Proudly Serving the Joyce Community Since 1955

Training For Many Scenarios

Being able to respond appropriately to an emergency requires specialized training. The district sponsors training and education for those who volunteer to become firefighters, EMTs, Advanced EMTs, or Paramedics, in exchange for a commitment to continue volunteering with the district.

Every Tuesday evening is a Drill night; a time for learning new skills and information and practicing previously learned skills. This consistent and well attended training program alternates between fire and medical training and provides the continual review and upgrading of skills. This continuing education and hands-on training prepares our volunteers to effectively respond to any emergency.

Structural and wildland fires are traditionally viewed as the primary responsibility of a fire district. Our district has the additional responsibility of responding to emergency medical dispatches which are in fact approximately 75% of our dispatches.

We respond to medical and trauma emergencies which need Basic (BLS) and Advanced Life Support (ALS). Motor vehicle accidents often require extrication and sometimes Hazmat skills.

In a rural area, responders need a wide variety of skills, and we make sure our responders stay highly trained.
Because the district strongly supports cross-training, most of our firefighters are also Emergency Medical Technicians (EMTs), Advanced EMTs, or Paramedics. We have two Advanced EMTs and two Paramedics. Three of those four are also firefighters. All volunteers are certified to provide high quality CPR.

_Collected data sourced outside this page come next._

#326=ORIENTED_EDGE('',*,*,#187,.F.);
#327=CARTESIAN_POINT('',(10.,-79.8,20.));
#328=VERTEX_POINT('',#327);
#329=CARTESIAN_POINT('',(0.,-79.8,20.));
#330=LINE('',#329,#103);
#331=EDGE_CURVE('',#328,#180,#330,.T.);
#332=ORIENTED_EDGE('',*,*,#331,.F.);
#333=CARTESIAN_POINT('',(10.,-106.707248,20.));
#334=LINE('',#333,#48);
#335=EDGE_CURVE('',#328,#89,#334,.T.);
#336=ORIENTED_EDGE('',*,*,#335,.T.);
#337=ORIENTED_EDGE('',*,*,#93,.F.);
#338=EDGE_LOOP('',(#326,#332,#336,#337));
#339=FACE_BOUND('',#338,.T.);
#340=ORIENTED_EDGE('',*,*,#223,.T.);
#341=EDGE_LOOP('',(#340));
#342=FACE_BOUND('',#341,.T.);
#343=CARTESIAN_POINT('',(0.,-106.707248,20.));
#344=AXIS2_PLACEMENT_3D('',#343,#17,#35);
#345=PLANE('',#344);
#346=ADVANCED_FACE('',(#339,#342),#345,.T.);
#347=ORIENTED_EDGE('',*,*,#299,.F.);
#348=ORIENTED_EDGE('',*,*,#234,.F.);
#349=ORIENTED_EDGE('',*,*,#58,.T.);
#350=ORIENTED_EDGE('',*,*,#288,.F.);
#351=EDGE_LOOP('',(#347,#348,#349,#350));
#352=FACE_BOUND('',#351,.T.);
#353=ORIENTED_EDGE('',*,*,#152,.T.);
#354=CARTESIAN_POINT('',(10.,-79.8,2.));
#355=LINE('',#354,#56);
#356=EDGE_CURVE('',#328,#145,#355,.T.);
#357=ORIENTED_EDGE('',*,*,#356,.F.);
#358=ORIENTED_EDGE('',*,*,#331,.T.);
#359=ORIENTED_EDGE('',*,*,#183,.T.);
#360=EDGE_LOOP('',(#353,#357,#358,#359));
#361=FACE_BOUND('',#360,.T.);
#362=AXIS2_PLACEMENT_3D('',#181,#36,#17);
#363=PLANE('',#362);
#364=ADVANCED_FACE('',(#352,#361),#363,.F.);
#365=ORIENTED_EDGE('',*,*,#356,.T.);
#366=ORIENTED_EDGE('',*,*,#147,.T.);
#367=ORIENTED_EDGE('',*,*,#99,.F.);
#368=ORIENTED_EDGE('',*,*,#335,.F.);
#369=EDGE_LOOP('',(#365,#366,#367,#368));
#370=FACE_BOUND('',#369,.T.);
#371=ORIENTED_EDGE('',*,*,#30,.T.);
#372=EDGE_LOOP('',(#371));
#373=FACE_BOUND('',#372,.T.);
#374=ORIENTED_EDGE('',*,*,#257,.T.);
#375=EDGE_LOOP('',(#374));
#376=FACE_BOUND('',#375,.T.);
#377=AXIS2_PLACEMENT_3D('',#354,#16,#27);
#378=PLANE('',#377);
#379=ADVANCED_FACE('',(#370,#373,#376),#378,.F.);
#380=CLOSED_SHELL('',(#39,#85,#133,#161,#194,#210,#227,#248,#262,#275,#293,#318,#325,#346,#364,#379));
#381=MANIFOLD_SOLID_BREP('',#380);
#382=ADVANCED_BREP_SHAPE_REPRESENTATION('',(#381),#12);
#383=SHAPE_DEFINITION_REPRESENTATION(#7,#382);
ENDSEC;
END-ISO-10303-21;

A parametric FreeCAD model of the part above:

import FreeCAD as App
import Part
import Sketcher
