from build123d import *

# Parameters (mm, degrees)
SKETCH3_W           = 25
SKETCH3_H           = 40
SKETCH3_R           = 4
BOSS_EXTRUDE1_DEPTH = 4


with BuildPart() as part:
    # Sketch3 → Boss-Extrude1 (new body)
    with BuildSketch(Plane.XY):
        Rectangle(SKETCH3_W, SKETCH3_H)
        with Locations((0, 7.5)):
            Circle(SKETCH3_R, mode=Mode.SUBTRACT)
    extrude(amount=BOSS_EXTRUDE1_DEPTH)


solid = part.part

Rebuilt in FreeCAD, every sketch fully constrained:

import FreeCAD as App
import Part
import Sketcher
Q = App.Units.Quantity


def add_polygon(sketch, points):
    """Adds a closed chain of lines whose ends are joined by coincident constraints."""
    first, n = sketch.GeometryCount, len(points)
    for a, b in zip(points, points[1:] + points[:1]):
        sketch.addGeometry(Part.LineSegment(App.Vector(*a, 0), App.Vector(*b, 0)), False)
    for i in range(n):
        sketch.addConstraint(Sketcher.Constraint("Coincident", first + i, 2, first + (i + 1) % n, 1))

doc = App.newDocument("Part")
body = doc.addObject("PartDesign::Body", "Body")

# Sketch on XY plane
sketch1 = body.newObject("Sketcher::SketchObject", "Sketch")
sketch1.AttachmentSupport = (doc.getObject("XY_Plane"), [""])
sketch1.MapMode = "FlatFace"
add_polygon(sketch1, [(-12.5, 20), (-12.5, -20), (12.5, -20), (12.5, 20)])  # lines 0-3
sketch1.addGeometry(Part.Circle(App.Vector(0, 7.5, 0), App.Vector(0, 0, 1), 4), False)  # 4
sketch1.addConstraint(Sketcher.Constraint("Vertical", 0))
sketch1.addConstraint(Sketcher.Constraint("Horizontal", 1))
sketch1.addConstraint(Sketcher.Constraint("Vertical", 2))
sketch1.addConstraint(Sketcher.Constraint("Horizontal", 3))
sketch1.addConstraint(Sketcher.Constraint("Symmetric", 0, 2, 2, 2, -1, 1))
sketch1.addConstraint(Sketcher.Constraint("PointOnObject", 4, 3, -2))
sketch1.addConstraint(Sketcher.Constraint("Diameter", 4, Q("8 mm")))
sketch1.addConstraint(Sketcher.Constraint("DistanceX", 1, 1, 1, 2, Q("25 mm")))
sketch1.addConstraint(Sketcher.Constraint("DistanceY", 0, 2, 0, 1, Q("40 mm")))
sketch1.addConstraint(Sketcher.Constraint("DistanceY", -1, 1, 4, 3, Q("7.5 mm")))
pad1 = body.newObject("PartDesign::Pad", "Pad")
pad1.Profile = sketch1
pad1.Length = 4

doc.recompute()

We have earned the reputation as having some of the most well-trained emergency response volunteers in Clallam County.

Fire Suppression Training

More than half of our training time is devoted to fire suppression. During 2021 and 2022 we responded to 40 fires and 9 HAZMAT emergencies. Because fires are a smaller percentage of our calls, we continually train to keep our skills fresh.

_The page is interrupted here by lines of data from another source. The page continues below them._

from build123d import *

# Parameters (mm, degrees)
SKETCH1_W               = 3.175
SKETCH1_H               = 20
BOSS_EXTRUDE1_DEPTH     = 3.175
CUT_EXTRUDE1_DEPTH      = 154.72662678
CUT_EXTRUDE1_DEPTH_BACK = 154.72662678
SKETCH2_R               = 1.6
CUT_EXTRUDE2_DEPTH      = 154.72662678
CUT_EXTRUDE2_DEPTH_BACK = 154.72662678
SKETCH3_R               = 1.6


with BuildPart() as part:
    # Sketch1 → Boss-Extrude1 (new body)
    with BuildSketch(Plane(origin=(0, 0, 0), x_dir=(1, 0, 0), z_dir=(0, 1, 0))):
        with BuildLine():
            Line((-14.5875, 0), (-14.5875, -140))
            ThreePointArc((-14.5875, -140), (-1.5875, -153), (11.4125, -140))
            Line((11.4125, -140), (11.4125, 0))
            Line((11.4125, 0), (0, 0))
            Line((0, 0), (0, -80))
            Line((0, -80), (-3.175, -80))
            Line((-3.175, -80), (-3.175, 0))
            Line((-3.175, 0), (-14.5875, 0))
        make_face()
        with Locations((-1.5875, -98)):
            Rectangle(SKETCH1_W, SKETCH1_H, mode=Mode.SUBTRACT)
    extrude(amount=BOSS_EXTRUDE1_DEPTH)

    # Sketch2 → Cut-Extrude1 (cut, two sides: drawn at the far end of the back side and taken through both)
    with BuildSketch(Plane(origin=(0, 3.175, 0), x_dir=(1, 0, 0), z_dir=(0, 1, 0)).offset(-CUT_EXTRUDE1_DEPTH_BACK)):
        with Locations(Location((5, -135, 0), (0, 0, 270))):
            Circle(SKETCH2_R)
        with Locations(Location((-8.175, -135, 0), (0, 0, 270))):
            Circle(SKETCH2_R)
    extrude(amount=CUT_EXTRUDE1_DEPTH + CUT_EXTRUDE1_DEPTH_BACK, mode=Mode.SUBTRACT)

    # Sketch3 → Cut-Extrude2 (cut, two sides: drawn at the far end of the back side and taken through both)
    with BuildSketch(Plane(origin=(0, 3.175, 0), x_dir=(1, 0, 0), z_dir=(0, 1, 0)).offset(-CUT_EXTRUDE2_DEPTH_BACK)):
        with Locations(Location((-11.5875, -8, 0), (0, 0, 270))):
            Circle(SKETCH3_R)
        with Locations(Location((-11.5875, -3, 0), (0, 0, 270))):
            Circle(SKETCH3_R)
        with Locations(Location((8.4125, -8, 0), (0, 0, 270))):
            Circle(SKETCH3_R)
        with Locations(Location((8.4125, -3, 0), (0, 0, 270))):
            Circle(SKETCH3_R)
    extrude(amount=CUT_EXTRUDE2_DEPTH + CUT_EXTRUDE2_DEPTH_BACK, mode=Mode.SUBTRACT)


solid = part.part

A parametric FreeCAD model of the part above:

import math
import FreeCAD as App
import Part
import Sketcher

V = App.Vector
Q = App.Units.Quantity


def add_polygon(sketch, points):
    """Adds a closed chain of lines whose ends are joined by coincident constraints."""
    first, n = sketch.GeometryCount, len(points)
    for a, b in zip(points, points[1:] + points[:1]):
        sketch.addGeometry(Part.LineSegment(App.Vector(*a, 0), App.Vector(*b, 0)), False)
    for i in range(n):
        sketch.addConstraint(Sketcher.Constraint("Coincident", first + i, 2, first + (i + 1) % n, 1))

doc = App.newDocument("Part")
body = doc.addObject("PartDesign::Body", "Body")

# Sketch on XZ plane
sketch1 = body.newObject("Sketcher::SketchObject", "Sketch")
sketch1.AttachmentSupport = (doc.getObject("XZ_Plane"), [""])
sketch1.MapMode = "FlatFace"
sketch1.addGeometry(Part.LineSegment(V(-14.6, 0, 0), V(-14.6, 140, 0)), False)  # 0
sketch1.addGeometry(Part.ArcOfCircle(Part.Circle(V(-1.6, 140, 0), V(0, 0, 1), 13), math.radians(0), math.radians(180)), False)  # 1
sketch1.addGeometry(Part.LineSegment(V(11.4, 140, 0), V(11.4, 0, 0)), False)  # 2
sketch1.addGeometry(Part.LineSegment(V(11.4, 0, 0), V(0, 0, 0)), False)  # 3
sketch1.addGeometry(Part.LineSegment(V(0, 0, 0), V(0, 80, 0)), False)  # 4
sketch1.addGeometry(Part.LineSegment(V(0, 80, 0), V(-3.2, 80, 0)), False)  # 5
sketch1.addGeometry(Part.LineSegment(V(-3.2, 80, 0), V(-3.2, 0, 0)), False)  # 6
sketch1.addGeometry(Part.LineSegment(V(-3.2, 0, 0), V(-14.6, 0, 0)), False)  # 7
add_polygon(sketch1, [(0, 108), (-3.2, 108), (-3.2, 88), (0, 88)])  # lines 8-11
sketch1.addConstraint([
    Sketcher.Constraint("Tangent", 0, 2, 1, 2),
    Sketcher.Constraint("Tangent", 1, 1, 2, 1),
    Sketcher.Constraint("Coincident", 2, 2, 3, 1),
    Sketcher.Constraint("Coincident", 3, 2, 4, 1),
    Sketcher.Constraint("Coincident", 4, 2, 5, 1),
    Sketcher.Constraint("Coincident", 5, 2, 6, 1),
    Sketcher.Constraint("Coincident", 6, 2, 7, 1),
    Sketcher.Constraint("Coincident", 7, 2, 0, 1),
    Sketcher.Constraint("Vertical", 0),
    Sketcher.Constraint("Vertical", 2),
    Sketcher.Constraint("Horizontal", 3),
    Sketcher.Constraint("Vertical", 4),
    Sketcher.Constraint("Horizontal", 5),
    Sketcher.Constraint("Vertical", 6),
    Sketcher.Constraint("Horizontal", 7),
    Sketcher.Constraint("Horizontal", 8),
    Sketcher.Constraint("Vertical", 9),
    Sketcher.Constraint("Horizontal", 10),
    Sketcher.Constraint("Vertical", 11),
    Sketcher.Constraint("Coincident", 3, 2, -1, 1),
    Sketcher.Constraint("PointOnObject", 6, 2, -1),
    Sketcher.Constraint("PointOnObject", 10, 2, -2),
    Sketcher.Constraint("Vertical", 6, 2, 8, 2),
    Sketcher.Constraint("Equal", 3, 7),
    Sketcher.Constraint("Radius", 1, Q("13 mm")),
    Sketcher.Constraint("DistanceY", 0, 1, 0, 2, Q("140 mm")),
    Sketcher.Constraint("DistanceY", 4, 1, 4, 2, Q("80 mm")),
    Sketcher.Constraint("DistanceY", 9, 2, 9, 1, Q("20 mm")),
    Sketcher.Constraint("DistanceY", -1, 1, 8, 2, Q("108 mm")),
    Sketcher.Constraint("DistanceX", 5, 2, 5, 1, Q("3.175 mm")),
])
pad1 = body.newObject("PartDesign::Pad", "Pad")
pad1.Profile = sketch1
pad1.Length = 3.175
pad1.Reversed = True

# Sketch on XZ plane
sketch2 = body.newObject("Sketcher::SketchObject", "Sketch001")
sketch2.AttachmentSupport = (doc.getObject("XZ_Plane"), [""])
sketch2.MapMode = "FlatFace"
sketch2.AttachmentOffset = App.Placement(V(0, 0, -3.175), App.Rotation())
sketch2.addGeometry([
    Part.Circle(V(5, 135, 0), V(0, 0, 1), 1.6),
    Part.Circle(V(-8.2, 135, 0), V(0, 0, 1), 1.6),
], False)
sketch2.addConstraint([
    Sketcher.Constraint("Equal", 0, 1),
    Sketcher.Constraint("Horizontal", 0, 3, 1, 3),
    Sketcher.Constraint("Diameter", 0, Q("3.2 mm")),
    Sketcher.Constraint("DistanceX", -1, 1, 0, 3, Q("5 mm")),
    Sketcher.Constraint("DistanceY", -1, 1, 0, 3, Q("135 mm")),
    Sketcher.Constraint("DistanceX", 1, 3, -1, 1, Q("8.175 mm")),
])
pocket1 = body.newObject("PartDesign::Pocket", "Pocket")
pocket1.Profile = sketch2
pocket1.Type = "ThroughAll"
pocket1.Midplane = True

# Sketch on XZ plane
sketch3 = body.newObject("Sketcher::SketchObject", "Sketch002")
sketch3.AttachmentSupport = (doc.getObject("XZ_Plane"), [""])
sketch3.MapMode = "FlatFace"
sketch3.AttachmentOffset = App.Placement(V(0, 0, -3.175), App.Rotation())
sketch3.addGeometry([
    Part.Circle(V(-11.6, 8, 0), V(0, 0, 1), 1.6),
    Part.Circle(V(-11.6, 3, 0), V(0, 0, 1), 1.6),
    Part.Circle(V(8.4, 8, 0), V(0, 0, 1), 1.6),
    Part.Circle(V(8.4, 3, 0), V(0, 0, 1), 1.6),
], False)
sketch3.addConstraint([
    Sketcher.Constraint("Equal", 0, 1),
    Sketcher.Constraint("Equal", 1, 2),
    Sketcher.Constraint("Equal", 2, 3),
    Sketcher.Constraint("Horizontal", 0, 3, 2, 3),
    Sketcher.Constraint("Horizontal", 1, 3, 3, 3),
    Sketcher.Constraint("Vertical", 0, 3, 1, 3),
    Sketcher.Constraint("Vertical", 2, 3, 3, 3),
    Sketcher.Constraint("Diameter", 0, Q("3.2 mm")),
    Sketcher.Constraint("DistanceY", -1, 1, 0, 3, Q("8 mm")),
    Sketcher.Constraint("DistanceY", -1, 1, 1, 3, Q("3 mm")),
    Sketcher.Constraint("DistanceX", 0, 3, 2, 3, Q("20 mm")),
    Sketcher.Constraint("DistanceX", 0, 3, -1, 1, Q("11.5875 mm")),
])
pocket2 = body.newObject("PartDesign::Pocket", "Pocket001")
pocket2.Profile = sketch3
pocket2.Type = "ThroughAll"
pocket2.Midplane = True

doc.recompute()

A fire drill night consists mainly of hands-on scenarios. Scene size-up is an important first step upon arrival at a scene. Proper communication protocol must be followed. Firefighters practice accessing hydrants, supplying water to the fire engine using a tender (tanker truck), hose deployment, managing the pumps, as well as attacking fires.

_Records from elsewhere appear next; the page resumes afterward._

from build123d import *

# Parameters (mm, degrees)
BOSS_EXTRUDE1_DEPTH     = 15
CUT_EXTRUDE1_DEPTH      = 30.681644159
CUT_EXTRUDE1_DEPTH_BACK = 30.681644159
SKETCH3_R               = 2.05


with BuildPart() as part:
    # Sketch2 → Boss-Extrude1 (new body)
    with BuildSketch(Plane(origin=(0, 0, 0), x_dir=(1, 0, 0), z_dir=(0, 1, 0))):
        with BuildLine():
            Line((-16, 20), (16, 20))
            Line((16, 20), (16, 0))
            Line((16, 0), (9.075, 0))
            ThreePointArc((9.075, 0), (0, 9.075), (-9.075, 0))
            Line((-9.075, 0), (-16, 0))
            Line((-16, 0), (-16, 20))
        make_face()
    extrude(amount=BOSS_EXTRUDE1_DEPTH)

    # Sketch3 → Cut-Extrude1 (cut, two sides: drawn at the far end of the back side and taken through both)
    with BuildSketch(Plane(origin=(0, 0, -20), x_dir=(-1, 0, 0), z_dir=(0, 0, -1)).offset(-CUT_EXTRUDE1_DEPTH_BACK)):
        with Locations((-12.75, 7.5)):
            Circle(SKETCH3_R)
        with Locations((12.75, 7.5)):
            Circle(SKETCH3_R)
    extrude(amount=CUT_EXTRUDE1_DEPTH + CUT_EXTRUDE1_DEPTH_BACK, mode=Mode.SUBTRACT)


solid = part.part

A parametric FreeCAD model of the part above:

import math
import FreeCAD as App
import Part
import Sketcher
from FreeCAD import Vector
Q = App.Units.Quantity

doc = App.newDocument("Part")
body = doc.addObject("PartDesign::Body", "Body")

sketch1 = body.newObject("Sketcher::SketchObject", "Sketch")
sketch1.AttachmentSupport = (doc.getObject("XZ_Plane"), [""])
sketch1.MapMode = "FlatFace"
sketch1.addGeometry(Part.LineSegment(Vector(16, -20, 0), Vector(-16, -20, 0)), False)
sketch1.addGeometry(Part.LineSegment(Vector(-16, -20, 0), Vector(-16, 0, 0)), False)
sketch1.addGeometry(Part.LineSegment(Vector(-16, 0, 0), Vector(-9.075, 0, 0)), False)
sketch1.addGeometry(Part.ArcOfCircle(Part.Circle(Vector(0, 0, 0), Vector(0, 0, 1), 9.075), math.radians(180), math.radians(360)), False)
sketch1.addGeometry(Part.LineSegment(Vector(9.075, 0, 0), Vector(16, 0, 0)), False)
sketch1.addGeometry(Part.LineSegment(Vector(16, 0, 0), Vector(16, -20, 0)), False)
sketch1.addConstraint(Sketcher.Constraint("Coincident", 0, 2, 1, 1))
sketch1.addConstraint(Sketcher.Constraint("Coincident", 1, 2, 2, 1))
sketch1.addConstraint(Sketcher.Constraint("Coincident", 2, 2, 3, 1))
sketch1.addConstraint(Sketcher.Constraint("Coincident", 3, 2, 4, 1))
sketch1.addConstraint(Sketcher.Constraint("Coincident", 4, 2, 5, 1))
sketch1.addConstraint(Sketcher.Constraint("Coincident", 5, 2, 0, 1))
sketch1.addConstraint(Sketcher.Constraint("Horizontal", 0))
sketch1.addConstraint(Sketcher.Constraint("Vertical", 1))
sketch1.addConstraint(Sketcher.Constraint("Horizontal", 2))
sketch1.addConstraint(Sketcher.Constraint("Horizontal", 4))
sketch1.addConstraint(Sketcher.Constraint("Vertical", 5))
sketch1.addConstraint(Sketcher.Constraint("Coincident", 3, 3, -1, 1))
sketch1.addConstraint(Sketcher.Constraint("Symmetric", 1, 2, 4, 2, -1, 1))
sketch1.addConstraint(Sketcher.Constraint("PointOnObject", 1, 2, -1))
sketch1.addConstraint(Sketcher.Constraint("DistanceX", 0, 2, 0, 1, Q("32 mm")))
sketch1.addConstraint(Sketcher.Constraint("DistanceY", 1, 1, 1, 2, Q("20 mm")))
sketch1.addConstraint(Sketcher.Constraint("Radius", 3, Q("9.075 mm")))
pad1 = body.newObject("PartDesign::Pad", "Pad")
pad1.Profile = sketch1
pad1.Length = 15
pad1.Reversed = True

sketch2 = body.newObject("Sketcher::SketchObject", "Sketch001")
sketch2.AttachmentSupport = (doc.getObject("XY_Plane"), [""])
sketch2.MapMode = "FlatFace"
sketch2.AttachmentOffset = App.Placement(Vector(0, 0, -20), App.Rotation())
sketch2.addGeometry(Part.Circle(Vector(12.75, 7.5, 0), Vector(0, 0, 1), 2.05), False)
sketch2.addGeometry(Part.Circle(Vector(-12.75, 7.5, 0), Vector(0, 0, 1), 2.05), False)
sketch2.addConstraint(Sketcher.Constraint("Equal", 0, 1))
sketch2.addConstraint(Sketcher.Constraint("Symmetric", 0, 3, 1, 3, -2))
sketch2.addConstraint(Sketcher.Constraint("Diameter", 0, Q("4.1 mm")))
sketch2.addConstraint(Sketcher.Constraint("DistanceY", -1, 1, 0, 3, Q("7.5 mm")))
sketch2.addConstraint(Sketcher.Constraint("DistanceX", 1, 3, 0, 3, Q("25.5 mm")))
pocket1 = body.newObject("PartDesign::Pocket", "Pocket")
pocket1.Profile = sketch2
pocket1.Type = "ThroughAll"
pocket1.Midplane = True

doc.recompute()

Our non-firefighter volunteers actively cross-train in tender operations, running the pumps, firefighter rehab, and other support logistics on fires. This frees our firefighters to directly attack the fire, greatly expanding the capability and cohesiveness of on-scene operations.

Medical Training

The rural nature of our district demands a high level of quality medical training and timely responses. Our volunteers train to manage all scenarios, including transporting and transferring patients to helicopter and fixed wing medivacs. In 2021 and 2022 we responded to 545 medical emergencies.  Medical drill nights find responders spending some class time reviewing specific skills, and then practicing those skills in “hands-on” scenarios.

Rescue Training

Our District is a place where residents and visitors love to get out and have adventures on trails and the water. Our responders need to be trained to get them out of situations that are not easy to get to. Rescue training involves training for rope ascent and descent of steep cliffs or terrain. Patients in backcountry rescues will need to be specially secured on gurneys or other carry systems to be safely moved to vehicle-accessible roads. Rescue training also involves working with regional Search and Rescue teams.

Extraction Training

In a typical year, we respond to approximately 15 vehicle accidents. Highway 112’s twists and turns can be unforgiving so we train hard to prepare for whatever may be presented to us on a scene. Nearly half of our fire drills are devoted to extrication of patients from vehicles. Our district has the appropriate tools on board to make fast work of getting patients out of vehicles safely.